Java compiling code differently/variable not initializing when if-statement is present

Question

I am learning Java after my first year as a computer science major using Python exclusively. I am making a basic program that solves quadratic equations. I am having issues with a variable not initializing when an if-statement is present in the program. Here is the code that doesn't compile:

public class Test
{
    public static void main(String[] args)
    {

        String input;
        do
        {

            Scanner in = new Scanner(System.in);
            System.out.println("A: ");
            double a = in.nextDouble();
            System.out.println("B: ");
            double b = in.nextDouble();
            System.out.println("C: ");
            double c = in.nextDouble();

            if ((a == 0) && (b == 0) && (c == 0))
            {
                System.out.println("No solutions to quadratic formual with these inputs!");
                continue;
            }

            double d = b * b - 4*a*c;
            double x1 = (-b - Math.sqrt(d)) / (2 * a);
            double x2 = (-b + Math.sqrt(d)) / (2 * a);
            System.out.println(x1);
            System.out.println(x2);

            System.out.println("Continue? ");

            input = in.next();

        }
        while (input.equals("Y"));

    }
}

If I remove the if-statement, it compiles correctly. If I give the String input a default value of "", it also works correct (with the if-statement included). Why is this? This seems basic but I can't figure it out for the life of me!

Answer 1

input = in.next(); is never executed if the if statement evaluates to true (since the body of the if statement contains a continue statement, which skips to the end of the while loop's iteration), so the while loop's condition cannot test this variable (which may not be initialized).

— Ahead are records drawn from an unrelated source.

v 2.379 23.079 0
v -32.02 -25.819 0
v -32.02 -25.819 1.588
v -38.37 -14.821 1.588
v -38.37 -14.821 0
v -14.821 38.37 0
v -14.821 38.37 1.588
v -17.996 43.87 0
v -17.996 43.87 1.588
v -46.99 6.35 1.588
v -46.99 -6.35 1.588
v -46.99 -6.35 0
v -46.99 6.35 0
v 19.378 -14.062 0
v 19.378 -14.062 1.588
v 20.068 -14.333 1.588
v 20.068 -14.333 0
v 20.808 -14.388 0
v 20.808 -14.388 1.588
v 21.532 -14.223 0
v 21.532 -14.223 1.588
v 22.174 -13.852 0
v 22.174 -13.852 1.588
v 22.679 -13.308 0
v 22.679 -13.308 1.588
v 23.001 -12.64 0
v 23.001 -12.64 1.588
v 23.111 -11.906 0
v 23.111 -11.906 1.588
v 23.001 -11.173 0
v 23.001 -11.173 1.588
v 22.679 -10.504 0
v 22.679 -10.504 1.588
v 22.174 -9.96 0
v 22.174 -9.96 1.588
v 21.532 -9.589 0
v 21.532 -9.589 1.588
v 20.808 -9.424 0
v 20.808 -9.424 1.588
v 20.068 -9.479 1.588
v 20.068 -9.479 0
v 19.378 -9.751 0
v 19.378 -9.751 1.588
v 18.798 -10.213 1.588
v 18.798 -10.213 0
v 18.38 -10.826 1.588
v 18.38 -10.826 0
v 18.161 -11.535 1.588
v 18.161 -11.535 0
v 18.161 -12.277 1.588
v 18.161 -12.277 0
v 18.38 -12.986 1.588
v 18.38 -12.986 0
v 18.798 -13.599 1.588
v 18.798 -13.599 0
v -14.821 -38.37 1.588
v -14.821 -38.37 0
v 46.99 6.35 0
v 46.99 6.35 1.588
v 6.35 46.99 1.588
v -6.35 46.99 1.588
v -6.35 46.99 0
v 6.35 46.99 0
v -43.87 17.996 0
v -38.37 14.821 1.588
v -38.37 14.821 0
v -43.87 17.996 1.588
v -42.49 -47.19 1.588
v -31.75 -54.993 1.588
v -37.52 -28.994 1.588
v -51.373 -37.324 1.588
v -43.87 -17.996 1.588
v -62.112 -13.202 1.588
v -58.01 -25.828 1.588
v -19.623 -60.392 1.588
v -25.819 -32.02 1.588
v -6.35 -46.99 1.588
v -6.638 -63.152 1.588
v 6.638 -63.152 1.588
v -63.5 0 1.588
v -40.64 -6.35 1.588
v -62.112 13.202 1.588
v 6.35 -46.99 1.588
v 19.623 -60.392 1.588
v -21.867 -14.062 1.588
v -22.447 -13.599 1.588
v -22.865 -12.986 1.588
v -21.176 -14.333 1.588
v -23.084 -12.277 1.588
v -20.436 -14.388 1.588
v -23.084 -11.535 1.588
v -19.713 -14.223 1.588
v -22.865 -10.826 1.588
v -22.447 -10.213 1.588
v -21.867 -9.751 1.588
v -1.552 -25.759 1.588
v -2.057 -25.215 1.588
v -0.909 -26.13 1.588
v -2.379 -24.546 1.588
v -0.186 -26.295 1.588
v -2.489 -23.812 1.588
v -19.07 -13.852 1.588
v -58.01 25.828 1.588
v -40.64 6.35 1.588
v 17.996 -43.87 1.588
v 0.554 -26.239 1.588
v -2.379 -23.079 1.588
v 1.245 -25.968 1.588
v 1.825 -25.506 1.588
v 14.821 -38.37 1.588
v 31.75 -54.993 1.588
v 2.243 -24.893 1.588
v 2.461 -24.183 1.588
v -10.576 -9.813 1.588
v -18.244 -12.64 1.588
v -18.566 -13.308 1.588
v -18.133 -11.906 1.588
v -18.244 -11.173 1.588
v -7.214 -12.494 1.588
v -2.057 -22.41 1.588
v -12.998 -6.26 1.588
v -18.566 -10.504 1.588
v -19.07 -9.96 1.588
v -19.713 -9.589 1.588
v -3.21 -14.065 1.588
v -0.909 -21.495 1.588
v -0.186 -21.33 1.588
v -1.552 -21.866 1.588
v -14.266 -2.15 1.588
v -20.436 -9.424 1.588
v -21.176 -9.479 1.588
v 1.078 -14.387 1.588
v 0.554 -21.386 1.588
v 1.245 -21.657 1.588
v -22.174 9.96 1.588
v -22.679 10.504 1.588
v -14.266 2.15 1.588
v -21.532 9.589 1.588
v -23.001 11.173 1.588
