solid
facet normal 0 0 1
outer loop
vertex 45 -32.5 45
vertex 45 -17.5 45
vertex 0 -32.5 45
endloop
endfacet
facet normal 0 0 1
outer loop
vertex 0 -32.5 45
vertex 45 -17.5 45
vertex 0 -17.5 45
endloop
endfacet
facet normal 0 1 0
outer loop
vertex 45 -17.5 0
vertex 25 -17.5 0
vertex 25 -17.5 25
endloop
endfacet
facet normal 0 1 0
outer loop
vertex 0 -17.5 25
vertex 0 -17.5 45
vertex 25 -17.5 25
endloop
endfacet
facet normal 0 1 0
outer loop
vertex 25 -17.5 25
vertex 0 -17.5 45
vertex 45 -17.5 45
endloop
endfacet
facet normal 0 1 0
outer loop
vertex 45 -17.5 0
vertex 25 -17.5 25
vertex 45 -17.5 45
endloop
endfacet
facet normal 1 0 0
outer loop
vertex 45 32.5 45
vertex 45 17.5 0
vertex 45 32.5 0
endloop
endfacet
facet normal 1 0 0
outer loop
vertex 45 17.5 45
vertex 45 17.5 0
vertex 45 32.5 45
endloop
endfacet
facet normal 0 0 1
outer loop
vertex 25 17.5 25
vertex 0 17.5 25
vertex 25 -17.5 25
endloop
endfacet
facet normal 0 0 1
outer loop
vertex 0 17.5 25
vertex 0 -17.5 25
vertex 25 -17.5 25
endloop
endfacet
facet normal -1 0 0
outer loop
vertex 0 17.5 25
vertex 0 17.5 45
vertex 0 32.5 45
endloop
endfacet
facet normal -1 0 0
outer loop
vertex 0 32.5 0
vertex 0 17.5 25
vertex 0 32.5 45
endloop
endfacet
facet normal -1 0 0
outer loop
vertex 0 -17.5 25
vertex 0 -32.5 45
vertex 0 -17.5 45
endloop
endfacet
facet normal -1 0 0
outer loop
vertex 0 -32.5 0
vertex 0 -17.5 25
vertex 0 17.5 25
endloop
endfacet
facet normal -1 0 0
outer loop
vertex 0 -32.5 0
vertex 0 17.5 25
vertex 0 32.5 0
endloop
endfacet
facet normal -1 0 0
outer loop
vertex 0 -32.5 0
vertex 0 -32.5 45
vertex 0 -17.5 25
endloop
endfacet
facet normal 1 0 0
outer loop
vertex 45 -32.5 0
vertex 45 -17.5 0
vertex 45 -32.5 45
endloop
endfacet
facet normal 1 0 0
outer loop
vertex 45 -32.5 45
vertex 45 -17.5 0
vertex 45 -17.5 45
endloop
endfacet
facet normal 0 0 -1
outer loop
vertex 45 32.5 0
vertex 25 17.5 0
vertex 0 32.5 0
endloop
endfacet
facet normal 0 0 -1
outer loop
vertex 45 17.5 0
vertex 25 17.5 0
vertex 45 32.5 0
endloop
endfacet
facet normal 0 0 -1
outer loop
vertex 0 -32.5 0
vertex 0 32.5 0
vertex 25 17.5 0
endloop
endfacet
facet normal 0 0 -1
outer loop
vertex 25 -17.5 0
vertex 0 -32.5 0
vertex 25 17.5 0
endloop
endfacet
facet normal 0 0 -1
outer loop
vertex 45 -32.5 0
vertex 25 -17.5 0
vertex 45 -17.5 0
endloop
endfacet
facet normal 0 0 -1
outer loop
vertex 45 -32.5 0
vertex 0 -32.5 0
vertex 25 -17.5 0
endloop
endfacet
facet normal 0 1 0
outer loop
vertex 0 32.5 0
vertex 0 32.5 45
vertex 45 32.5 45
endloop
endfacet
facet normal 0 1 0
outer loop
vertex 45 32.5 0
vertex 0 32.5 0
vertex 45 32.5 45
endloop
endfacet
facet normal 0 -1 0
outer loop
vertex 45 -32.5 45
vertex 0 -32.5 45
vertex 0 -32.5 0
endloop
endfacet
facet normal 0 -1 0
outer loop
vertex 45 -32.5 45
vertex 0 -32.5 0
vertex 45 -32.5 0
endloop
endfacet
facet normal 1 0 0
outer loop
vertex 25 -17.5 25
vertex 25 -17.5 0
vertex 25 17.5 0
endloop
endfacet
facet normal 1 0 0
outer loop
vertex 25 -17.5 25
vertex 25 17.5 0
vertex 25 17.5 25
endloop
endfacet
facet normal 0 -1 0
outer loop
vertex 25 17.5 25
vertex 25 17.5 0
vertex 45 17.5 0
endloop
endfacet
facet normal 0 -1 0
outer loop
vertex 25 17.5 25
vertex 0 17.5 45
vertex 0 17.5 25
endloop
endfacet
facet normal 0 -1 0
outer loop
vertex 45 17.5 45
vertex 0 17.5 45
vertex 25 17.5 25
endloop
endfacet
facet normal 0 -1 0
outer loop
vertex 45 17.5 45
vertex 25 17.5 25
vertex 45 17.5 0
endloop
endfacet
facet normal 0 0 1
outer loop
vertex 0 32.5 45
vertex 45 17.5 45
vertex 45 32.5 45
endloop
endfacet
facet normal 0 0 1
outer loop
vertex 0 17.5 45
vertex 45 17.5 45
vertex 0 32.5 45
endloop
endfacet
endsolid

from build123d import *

# Parameters (mm, degrees)
F0_W     = 25
F0_H     = 25
F1_DEPTH = 17.5
F2_W     = 25
F2_H     = 25
F3_DEPTH = 15


with BuildPart() as f1:
    # F0 (on Front) → F1 (new body)
    with BuildSketch(Plane.XZ):
        with Locations((12.5, 12.5)):
            Rectangle(F0_W, F0_H)
    extrude(amount=F1_DEPTH)

    # F2 (on face) → F3 (join)
    with BuildSketch(Plane.XZ.offset(17.5)):
        Polygon((25, 25), (25, 0), (45, 0), (45, 45), (0, 45), (0, 25), align=None)
        with Locations((12.5, 12.5)):
            Rectangle(F2_W, F2_H)
    extrude(amount=F3_DEPTH)

    # F4: F1 across face


with BuildPart() as f1_1:
    add(f1.part)
    add(f1.part.mirror(Plane(origin=(12.5, 0, 12.5), x_dir=(1, 0, 0), z_dir=(0, 1, 0))))


solid = f1_1.part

You can avoid this error by initializing input to an empty String:

String input = "";

As an alternative, it might make more sense to change your logic as follows, since you probably want to display the "Continue?" question even if the numeric inputs are all 0.

public static void main(String[] args)
{

    String input;
    do
    {

        Scanner in = new Scanner(System.in);
        System.out.println("A: ");
        double a = in.nextDouble();
        System.out.println("B: ");
        double b = in.nextDouble();
        System.out.println("C: ");
        double c = in.nextDouble();

        if ((a == 0) && (b == 0) && (c == 0)) {
            System.out.println("No solutions to quadratic formual with these inputs!");
        } else {
            double d = b * b - 4*a*c;
            double x1 = (-b - Math.sqrt(d)) / (2 * a);
            double x2 = (-b + Math.sqrt(d)) / (2 * a);
            System.out.println(x1);
            System.out.println(x2);
        }
        System.out.println("Continue? ");
        input = in.next();
    }
    while (input.equals("Y"));
}

Answer 2

You've declared a variable input that is not initialized until the last statement of the do-while block. If you introduce the possibility of a continue before this statement, then input could be uninitialized when referenced in the condition.

It is not the if statement that is causing this error; it is the continue statement.

I would remove the continue and place the solution calculations in an else block to avoid dividing by 0. Then I would make sure that the last 2 statements asking the user to continue are past the if/else to ensure that input is initialized by the time the while condition is evaluated.

    if ((a == 0) && (b == 0) && (c == 0))
    {
        System.out.println("No solutions to quadratic formula with these inputs!");
    }
    else
    {
        double d = b * b - 4*a*c;
        double x1 = (-b - Math.sqrt(d)) / (2 * a);
        double x2 = (-b + Math.sqrt(d)) / (2 * a);
        System.out.println(x1);
        System.out.println(x2);
    }

    System.out.println("Continue? ");

    input = in.next();
}
while (input.equals("Y"));

You may also want to detect if the discriminant is less than zero, to indicate that there are no real solutions or to give complex solutions.

You may also want to detect if just a is 0 and solve the linear equation.